## REQUIRED ACTION
From the records below, extract only the lines running from the line with "with Locations(*[(i *" to the line with "The same part", both lines included, reproducing them exactly.

START SOURCE RECORDS

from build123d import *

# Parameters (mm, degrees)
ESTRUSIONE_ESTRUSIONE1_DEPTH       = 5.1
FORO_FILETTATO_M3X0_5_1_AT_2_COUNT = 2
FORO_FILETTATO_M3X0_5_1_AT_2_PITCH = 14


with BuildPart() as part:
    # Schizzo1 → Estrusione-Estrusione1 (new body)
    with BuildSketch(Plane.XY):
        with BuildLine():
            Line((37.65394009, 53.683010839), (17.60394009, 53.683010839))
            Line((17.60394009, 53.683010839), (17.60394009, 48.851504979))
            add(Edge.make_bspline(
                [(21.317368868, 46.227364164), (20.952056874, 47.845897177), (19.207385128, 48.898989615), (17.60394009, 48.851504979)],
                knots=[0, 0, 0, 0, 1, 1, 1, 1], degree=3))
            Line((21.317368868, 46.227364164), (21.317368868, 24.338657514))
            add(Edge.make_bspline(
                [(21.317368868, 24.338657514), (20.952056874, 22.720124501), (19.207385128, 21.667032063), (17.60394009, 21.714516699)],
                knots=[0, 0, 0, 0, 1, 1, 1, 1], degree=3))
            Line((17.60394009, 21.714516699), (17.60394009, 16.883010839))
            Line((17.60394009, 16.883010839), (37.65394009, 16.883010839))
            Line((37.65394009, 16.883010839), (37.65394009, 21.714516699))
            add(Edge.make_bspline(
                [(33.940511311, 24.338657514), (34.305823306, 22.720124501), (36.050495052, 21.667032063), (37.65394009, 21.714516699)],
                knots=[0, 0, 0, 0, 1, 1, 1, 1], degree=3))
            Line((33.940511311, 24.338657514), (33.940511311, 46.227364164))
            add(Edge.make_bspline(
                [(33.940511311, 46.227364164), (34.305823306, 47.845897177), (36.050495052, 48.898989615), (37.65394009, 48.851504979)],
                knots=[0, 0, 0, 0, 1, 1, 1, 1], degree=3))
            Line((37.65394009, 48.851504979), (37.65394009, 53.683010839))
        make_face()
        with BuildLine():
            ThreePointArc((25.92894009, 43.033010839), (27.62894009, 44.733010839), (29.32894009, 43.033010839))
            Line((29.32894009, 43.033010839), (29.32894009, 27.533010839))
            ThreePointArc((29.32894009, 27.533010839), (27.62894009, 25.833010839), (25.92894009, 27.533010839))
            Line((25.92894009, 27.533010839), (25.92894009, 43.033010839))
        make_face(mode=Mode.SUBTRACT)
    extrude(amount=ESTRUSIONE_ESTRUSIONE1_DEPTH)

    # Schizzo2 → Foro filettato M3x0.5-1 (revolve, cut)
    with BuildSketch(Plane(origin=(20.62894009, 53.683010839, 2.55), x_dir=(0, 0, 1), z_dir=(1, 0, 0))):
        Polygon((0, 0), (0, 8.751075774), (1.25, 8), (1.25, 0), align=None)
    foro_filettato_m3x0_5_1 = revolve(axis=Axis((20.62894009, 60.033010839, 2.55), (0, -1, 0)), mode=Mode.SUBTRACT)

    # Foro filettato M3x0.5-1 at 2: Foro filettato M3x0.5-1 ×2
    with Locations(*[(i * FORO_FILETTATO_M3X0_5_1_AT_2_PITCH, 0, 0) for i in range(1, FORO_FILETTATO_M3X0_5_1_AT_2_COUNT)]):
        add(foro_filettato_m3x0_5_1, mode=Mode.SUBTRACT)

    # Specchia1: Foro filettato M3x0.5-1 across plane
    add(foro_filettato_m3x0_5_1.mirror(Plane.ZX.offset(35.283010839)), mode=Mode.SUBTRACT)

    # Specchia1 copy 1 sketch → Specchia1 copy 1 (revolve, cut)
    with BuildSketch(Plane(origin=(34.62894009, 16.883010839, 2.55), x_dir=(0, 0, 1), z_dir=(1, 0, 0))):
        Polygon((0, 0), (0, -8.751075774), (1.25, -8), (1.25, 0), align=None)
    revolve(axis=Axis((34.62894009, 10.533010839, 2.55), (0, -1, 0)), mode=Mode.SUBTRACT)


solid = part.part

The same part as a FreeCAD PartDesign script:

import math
import FreeCAD as App
import Part
import Sketcher
Q = App.Units.Quantity


def add_polygon(sketch, points):
    """Adds a closed chain of lines whose ends are joined by coincident constraints."""
    first, n = sketch.GeometryCount, len(points)
    for a, b in zip(points, points[1:] + points[:1]):
        sketch.addGeometry(Part.LineSegment(App.Vector(*a, 0), App.Vector(*b, 0)), False)
    for i in range(n):
        sketch.addConstraint(Sketcher.Constraint("Coincident", first + i, 2, first + (i + 1) % n, 1))

doc = App.newDocument("Part")
body = doc.addObject("PartDesign::Body", "Body")

# Sketch on XY plane
sketch1 = doc.addObject("Sketcher::SketchObject", "Sketch")
body.addObject(sketch1)
sketch1.AttachmentSupport = (doc.XY_Plane, [""])
sketch1.MapMode = "FlatFace"
sketch1.addGeometry([
    Part.LineSegment(App.Vector(37.65394, 53.683011, 0), App.Vector(17.60394, 53.683011, 0)),  # 0
    Part.LineSegment(App.Vector(17.60394, 53.683011, 0), App.Vector(17.60394, 48.851505, 0)),  # 1
    Part.BSplineCurve([App.Vector(21.317369, 46.227364, 0), App.Vector(20.952057, 47.845897, 0), App.Vector(19.207385, 48.89899, 0), App.Vector(17.60394, 48.851505, 0)], [4, 4], [0, 1], False, 3, [1, 1, 1, 1], False),  # 2
    Part.LineSegment(App.Vector(21.317369, 46.227364, 0), App.Vector(21.317369, 24.338658, 0)),  # 3
    Part.BSplineCurve([App.Vector(21.317369, 24.338658, 0), App.Vector(20.952057, 22.720125, 0), App.Vector(19.207385, 21.667032, 0), App.Vector(17.60394, 21.714517, 0)], [4, 4], [0, 1], False, 3, [1, 1, 1, 1], False),  # 4
    Part.LineSegment(App.Vector(17.60394, 21.714517, 0), App.Vector(17.60394, 16.883011, 0)),  # 5
    Part.LineSegment(App.Vector(17.60394, 16.883011, 0), App.Vector(37.65394, 16.883011, 0)),  # 6
    Part.LineSegment(App.Vector(37.65394, 16.883011, 0), App.Vector(37.65394, 21.714517, 0)),  # 7
    Part.BSplineCurve([App.Vector(33.940511, 24.338658, 0), App.Vector(34.305823, 22.720125, 0), App.Vector(36.050495, 21.667032, 0), App.Vector(37.65394, 21.714517, 0)], [4, 4], [0, 1], False, 3, [1, 1, 1, 1], False),  # 8
    Part.LineSegment(App.Vector(33.940511, 24.338658, 0), App.Vector(33.940511, 46.227364, 0)),  # 9
    Part.BSplineCurve([App.Vector(33.940511, 46.227364, 0), App.Vector(34.305823, 47.845897, 0), App.Vector(36.050495, 48.89899, 0), App.Vector(37.65394, 48.851505, 0)], [4, 4], [0, 1], False, 3, [1, 1, 1, 1], False),  # 10
    Part.LineSegment(App.Vector(37.65394, 48.851505, 0), App.Vector(37.65394, 53.683011, 0)),  # 11
    Part.LineSegment(App.Vector(25.92894, 27.533011, 0), App.Vector(25.92894, 43.033011, 0)),  # 12
    Part.ArcOfCircle(Part.Circle(App.Vector(27.62894, 43.033011, 0), App.Vector(0, 0, 1), 1.7), math.radians(0), math.radians(180)),  # 13
    Part.LineSegment(App.Vector(29.32894, 43.033011, 0), App.Vector(29.32894, 27.533011, 0)),  # 14
    Part.ArcOfCircle(Part.Circle(App.Vector(27.62894, 27.533011, 0), App.Vector(0, 0, 1), 1.7), math.radians(180), math.radians(360)),  # 15
], False)
sketch1.addConstraint([
    Sketcher.Constraint("Block", 2),
    Sketcher.Constraint("Block", 4),
    Sketcher.Constraint("Block", 8),
    Sketcher.Constraint("Block", 10),
    Sketcher.Constraint("Coincident", 0, 2, 1, 1),
    Sketcher.Constraint("Coincident", 1, 2, 2, 2),
    Sketcher.Constraint("Coincident", 2, 1, 3, 1),
    Sketcher.Constraint("Coincident", 3, 2, 4, 1),
    Sketcher.Constraint("Coincident", 4, 2, 5, 1),
    Sketcher.Constraint("Coincident", 5, 2, 6, 1),
    Sketcher.Constraint("Coincident", 6, 2, 7, 1),
    Sketcher.Constraint("Coincident", 7, 2, 8, 2),
    Sketcher.Constraint("Coincident", 8, 1, 9, 1),
    Sketcher.Constraint("Coincident", 9, 2, 10, 1),
    Sketcher.Constraint("Coincident", 10, 2, 11, 1),
    Sketcher.Constraint("Coincident", 11, 2, 0, 1),
    Sketcher.Constraint("Tangent", 12, 2, 13, 2),
    Sketcher.Constraint("Tangent", 13, 1, 14, 1),
    Sketcher.Constraint("Tangent", 14, 2, 15, 2),
    Sketcher.Constraint("Tangent", 15, 1, 12, 1),
    Sketcher.Constraint("Horizontal", 0),
    Sketcher.Constraint("Vertical", 1),
    Sketcher.Constraint("Vertical", 5),
    Sketcher.Constraint("Horizontal", 6),
    Sketcher.Constraint("Vertical", 7),
    Sketcher.Constraint("Vertical", 11),
    Sketcher.Constraint("Vertical", 12),
    Sketcher.Constraint("Vertical", 14),
    Sketcher.Constraint("Equal", 1, 5),
    Sketcher.Constraint("Radius", 13, 1.7),
    Sketcher.Constraint("DistanceY", 12, 1, 12, 2, 15.5),
    Sketcher.Constraint("DistanceY", 5, 2, 0, 2, 36.8),
    Sketcher.Constraint("DistanceY", 13, 3, 0, 2, 10.65),
    Sketcher.Constraint("DistanceX", 0, 2, 13, 3, 10.025),
])
pad1 = doc.addObject("PartDesign::Pad", "Pad")
body.addObject(pad1)
pad1.Profile = sketch1
pad1.Length = 5.1

# Sketch on YZ plane
sketch2 = doc.addObject("Sketcher::SketchObject", "Sketch001")
body.addObject(sketch2)
sketch2.AttachmentSupport = (doc.YZ_Plane, [""])
sketch2.MapMode = "FlatFace"
sketch2.AttachmentOffset = App.Placement(App.Vector(0, 0, 20.62894), App.Rotation())
add_polygon(sketch2, [(44.9, 2.5), (53.7, 2.5), (53.7, 3.8), (45.7, 3.8)])  # lines 0-3
sketch2.addGeometry(Part.LineSegment(App.Vector(53.7, 2.5, 0), App.Vector(44.9, 2.5, 0)), True)  # axis
sketch2.addConstraint([
    Sketcher.Constraint("Horizontal", 0),
    Sketcher.Constraint("Vertical", 1),
    Sketcher.Constraint("Horizontal", 2),
    Sketcher.Constraint("Horizontal", 4),
    Sketcher.Constraint("Coincident", 4, 1, 0, 2),
    Sketcher.Constraint("Equal", 0, 4),
    Sketcher.Constraint("DistanceX", 2, 2, 2, 1, 8.0),
    Sketcher.Constraint("Angle", 3, Q("-121 deg")),
    Sketcher.Constraint("DistanceY", 1, 1, 1, 2, 1.25),
    Sketcher.Constraint("DistanceY", -1, 1, 1, 2, 3.8),
    Sketcher.Constraint("DistanceX", -1, 1, 0, 2, 53.683011),
])
groove = doc.addObject("PartDesign::Groove", "Groove")
body.addObject(groove)
groove.Profile = sketch2
groove.ReferenceAxis = (sketch2, ["Axis0"])
groove.Angle = 360
doc.recompute()

linearpattern = doc.addObject("PartDesign::LinearPattern", "LinearPattern")
body.addObject(linearpattern)
linearpattern.Originals = [groove]
linearpattern.Direction = (doc.X_Axis, [""])
linearpattern.Mode = "offset"
linearpattern.Offset = 14
linearpattern.Occurrences = 2
body.Tip = linearpattern
doc.recompute()

datumplane = doc.addObject("PartDesign::Plane", "DatumPlane")
body.addObject(datumplane)
datumplane.AttachmentSupport = (doc.XZ_Plane, [""])
datumplane.MapMode = "FlatFace"
datumplane.AttachmentOffset = App.Placement(App.Vector(0, 0, -35.283011), App.Rotation())
mirrored = doc.addObject("PartDesign::Mirrored", "Mirrored")
body.addObject(mirrored)
mirrored.Originals = [groove]
mirrored.MirrorPlane = (datumplane, [""])
body.Tip = mirrored

# Sketch on YZ plane
sketch3 = doc.addObject("Sketcher::SketchObject", "Sketch002")
body.addObject(sketch3)
sketch3.AttachmentSupport = (doc.YZ_Plane, [""])
sketch3.MapMode = "FlatFace"
sketch3.AttachmentOffset = App.Placement(App.Vector(0, 0, 34.62894), App.Rotation())
add_polygon(sketch3, [(16.9, 2.5), (25.6, 2.5), (24.9, 3.8), (16.9, 3.8)])  # lines 0-3
sketch3.addGeometry(Part.LineSegment(App.Vector(25.6, 2.5, 0), App.Vector(16.9, 2.5, 0)), True)  # axis
sketch3.addConstraint([
    Sketcher.Constraint("Horizontal", 0),
    Sketcher.Constraint("Horizontal", 2),
    Sketcher.Constraint("Vertical", 3),
    Sketcher.Constraint("Horizontal", 4),
    Sketcher.Constraint("Coincident", 4, 1, 0, 2),
    Sketcher.Constraint("Vertical", 2, 2, 4, 2),
    Sketcher.Constraint("DistanceX", 2, 2, 2, 1, 8.0),
    Sketcher.Constraint("Angle", 1, Q("121 deg")),
    Sketcher.Constraint("DistanceY", 3, 2, 3, 1, 1.25),
    Sketcher.Constraint("DistanceY", -1, 1, 1, 2, 3.8),
    Sketcher.Constraint("DistanceX", -1, 1, 1, 2, 24.883011),
])
groove2 = doc.addObject("PartDesign::Groove", "Groove001")
body.addObject(groove2)
groove2.Profile = sketch3
groove2.ReferenceAxis = (sketch3, ["Axis0"])
groove2.Angle = 360

doc.recompute()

END SOURCE RECORDS

## SOLUTION FOR THIS TASK
    with Locations(*[(i * FORO_FILETTATO_M3X0_5_1_AT_2_PITCH, 0, 0) for i in range(1, FORO_FILETTATO_M3X0_5_1_AT_2_COUNT)]):
        add(foro_filettato_m3x0_5_1, mode=Mode.SUBTRACT)

    # Specchia1: Foro filettato M3x0.5-1 across plane
    add(foro_filettato_m3x0_5_1.mirror(Plane.ZX.offset(35.283010839)), mode=Mode.SUBTRACT)

    # Specchia1 copy 1 sketch → Specchia1 copy 1 (revolve, cut)
    with BuildSketch(Plane(origin=(34.62894009, 16.883010839, 2.55), x_dir=(0, 0, 1), z_dir=(1, 0, 0))):
        Polygon((0, 0), (0, -8.751075774), (1.25, -8), (1.25, 0), align=None)
    revolve(axis=Axis((34.62894009, 10.533010839, 2.55), (0, -1, 0)), mode=Mode.SUBTRACT)


solid = part.part

The same part as a FreeCAD PartDesign script:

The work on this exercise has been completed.